The only other thing you could try is using `normal_id_glm` (https://mc-stan.org/docs/2_21/functions-reference/normal-id-glm.html), but that may only speed up the sampling, I don’t expect it to help with the errors/warnings you are seeing (but with that you won’t need to compute `mu`, so perhaps it could have an effect).

@mcol, (referencing @andrjohns code) the code runs quickly and without any errors when I pull mu out of the transformed quantites block and put it in the model. However, when trying to create generated quantities with gqs(), I get the error:

``````SYNTAX ERROR, MESSAGE(S) FROM PARSER:
Variable "mu" does not exist.
error in 'model488420da1770_ee8e70e4920d7c95d9fb55e73f47629e' at line 13, column 36
``````

It seems to me that, for any generated quantity block run through `gqs()`, the parameters (transformed or not) need to be sampled so that they show up in the “draws” method for the `gqs()` function. If this is the case, how can I run the code in the way you mentioned- transferring the likelihood function for mu to the model block- and still run `gqs()`? I agree that this is the ideal solution, but I can’t get it to work. What am I missing?

To get around this, I was able to include the likelihood function in the transformed parameters block and sample with fewer iterations without error. Unfortunately, when I tried to generate quantities using the following script:

``````parameters {
vector[10598] mu;
// Level-1 errors
real<lower=0> sigma_e0;
}

generated quantities {
real y_pred[10598] = normal_rng(mu, sigma_e0);
}
``````

I encountered the error

``````Error in draws[, p_names, drop = FALSE] : subscript out of bounds
``````

This error has been addressed in the github issue here, but the issue is still relatively recent and in fact I am using the same version of RStan as the individual who posted the issue, 2.19.2. At this point, I don’t have a viable plan B approach so I’m asking for additional help. Thanks.
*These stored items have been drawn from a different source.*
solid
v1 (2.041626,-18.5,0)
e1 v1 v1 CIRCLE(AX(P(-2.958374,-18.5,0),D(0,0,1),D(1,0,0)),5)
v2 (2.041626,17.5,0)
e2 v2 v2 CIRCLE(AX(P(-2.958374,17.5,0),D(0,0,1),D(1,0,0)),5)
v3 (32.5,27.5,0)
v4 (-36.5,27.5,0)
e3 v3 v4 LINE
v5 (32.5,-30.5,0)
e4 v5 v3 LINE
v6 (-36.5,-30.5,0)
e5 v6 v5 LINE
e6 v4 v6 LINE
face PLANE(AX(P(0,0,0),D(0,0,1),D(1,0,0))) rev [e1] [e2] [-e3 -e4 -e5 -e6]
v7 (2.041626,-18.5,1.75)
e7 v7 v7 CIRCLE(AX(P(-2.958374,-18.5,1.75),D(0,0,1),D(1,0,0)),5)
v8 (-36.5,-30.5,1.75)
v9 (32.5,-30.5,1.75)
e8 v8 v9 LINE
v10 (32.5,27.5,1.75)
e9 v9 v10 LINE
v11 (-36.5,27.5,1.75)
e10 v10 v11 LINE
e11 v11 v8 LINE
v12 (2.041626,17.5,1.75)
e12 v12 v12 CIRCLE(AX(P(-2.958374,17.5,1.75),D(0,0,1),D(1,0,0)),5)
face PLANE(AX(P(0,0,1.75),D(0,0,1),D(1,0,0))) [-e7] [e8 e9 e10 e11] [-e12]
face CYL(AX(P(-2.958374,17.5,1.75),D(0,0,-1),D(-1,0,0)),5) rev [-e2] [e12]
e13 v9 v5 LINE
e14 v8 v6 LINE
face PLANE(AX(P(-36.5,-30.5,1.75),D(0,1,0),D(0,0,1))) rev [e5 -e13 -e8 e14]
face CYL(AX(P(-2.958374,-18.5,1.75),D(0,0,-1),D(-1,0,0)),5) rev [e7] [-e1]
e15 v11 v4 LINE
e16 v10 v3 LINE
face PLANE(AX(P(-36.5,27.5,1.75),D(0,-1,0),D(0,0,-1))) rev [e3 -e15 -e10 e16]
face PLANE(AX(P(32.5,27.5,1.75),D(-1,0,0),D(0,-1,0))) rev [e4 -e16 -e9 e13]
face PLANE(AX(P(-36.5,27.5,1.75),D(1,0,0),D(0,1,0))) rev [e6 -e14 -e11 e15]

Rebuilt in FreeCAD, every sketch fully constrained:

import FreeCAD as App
import Part
import Sketcher

V = App.Vector
Q = App.Units.Quantity


def add_polygon(sketch, points):
    """Adds a closed chain of lines whose ends are joined by coincident constraints."""
    first, n = sketch.GeometryCount, len(points)
    for a, b in zip(points, points[1:] + points[:1]):
        sketch.addGeometry(Part.LineSegment(App.Vector(*a, 0), App.Vector(*b, 0)), False)
    for i in range(n):
        sketch.addConstraint(Sketcher.Constraint("Coincident", first + i, 2, first + (i + 1) % n, 1))

doc = App.newDocument("Part")
body = doc.addObject("PartDesign::Body", "Body")

# Sketch on XY plane
sketch1 = body.newObject("Sketcher::SketchObject", "Sketch")
sketch1.AttachmentSupport = (doc.getObject("XY_Plane"), [""])
sketch1.MapMode = "FlatFace"
add_polygon(sketch1, [(-36, 28), (-36, -30), (32, -30), (32, 28)])  # lines 0-3
sketch1.addGeometry(Part.Circle(V(-3, -18, 0), V(0, 0, 1), 5), False)  # 4
sketch1.addGeometry(Part.Circle(V(-3, 18, 0), V(0, 0, 1), 5), False)  # 5
sketch1.addConstraint(Sketcher.Constraint("Vertical", 0))
sketch1.addConstraint(Sketcher.Constraint("Horizontal", 1))
sketch1.addConstraint(Sketcher.Constraint("Vertical", 2))
sketch1.addConstraint(Sketcher.Constraint("Horizontal", 3))
sketch1.addConstraint(Sketcher.Constraint("Equal", 4, 5))
sketch1.addConstraint(Sketcher.Constraint("Vertical", 4, 3, 5, 3))
sketch1.addConstraint(Sketcher.Constraint("Diameter", 4, Q("10 mm")))
sketch1.addConstraint(Sketcher.Constraint("DistanceX", 1, 1, 1, 2, Q("69 mm")))
sketch1.addConstraint(Sketcher.Constraint("DistanceY", 0, 2, 0, 1, Q("58 mm")))
sketch1.addConstraint(Sketcher.Constraint("DistanceY", 4, 3, 5, 3, Q("36 mm")))
sketch1.addConstraint(Sketcher.Constraint("DistanceY", 0, 2, 4, 3, Q("12 mm")))
sketch1.addConstraint(Sketcher.Constraint("DistanceY", 4, 3, -1, 1, Q("18.5 mm")))
sketch1.addConstraint(Sketcher.Constraint("DistanceX", 0, 2, -1, 1, Q("36.5 mm")))
sketch1.addConstraint(Sketcher.Constraint("DistanceX", 4, 3, -1, 1, Q("2.958374 mm")))
pad1 = body.newObject("PartDesign::Pad", "Pad")
pad1.Profile = sketch1
pad1.Length = 1.75

doc.recompute()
Didn’t you have a version in which `mu` was recomputed in the generated quantities? Does that work with `gqs`?

If I move mu from the transformed parameters to the generated quantities block in the initial sampling, and then I try `gqs()` with the code in my previous post, I still encounter the same error.

I would not store `mu`, as in

``````generated quantities {
vector[N_obs] log_lik;
vector[N_obs] y_pred;
for (n in 1:N_obs) {
real mu = beta_0 + beta_1[upc_id][n];
log_lik[n] = normal_lpdf(Price_norm[n] | mu, sigma_e0);
y_pred[n] = normal_rng(mu, sigma_e0);
}
}
``````

@bgoodri thanks, I was able to implement the script without the “Error in draws”, but that actually gets me back to the original error. At this point, I think I’ll proceed with running the model in the cloud. Thanks for your help everyone.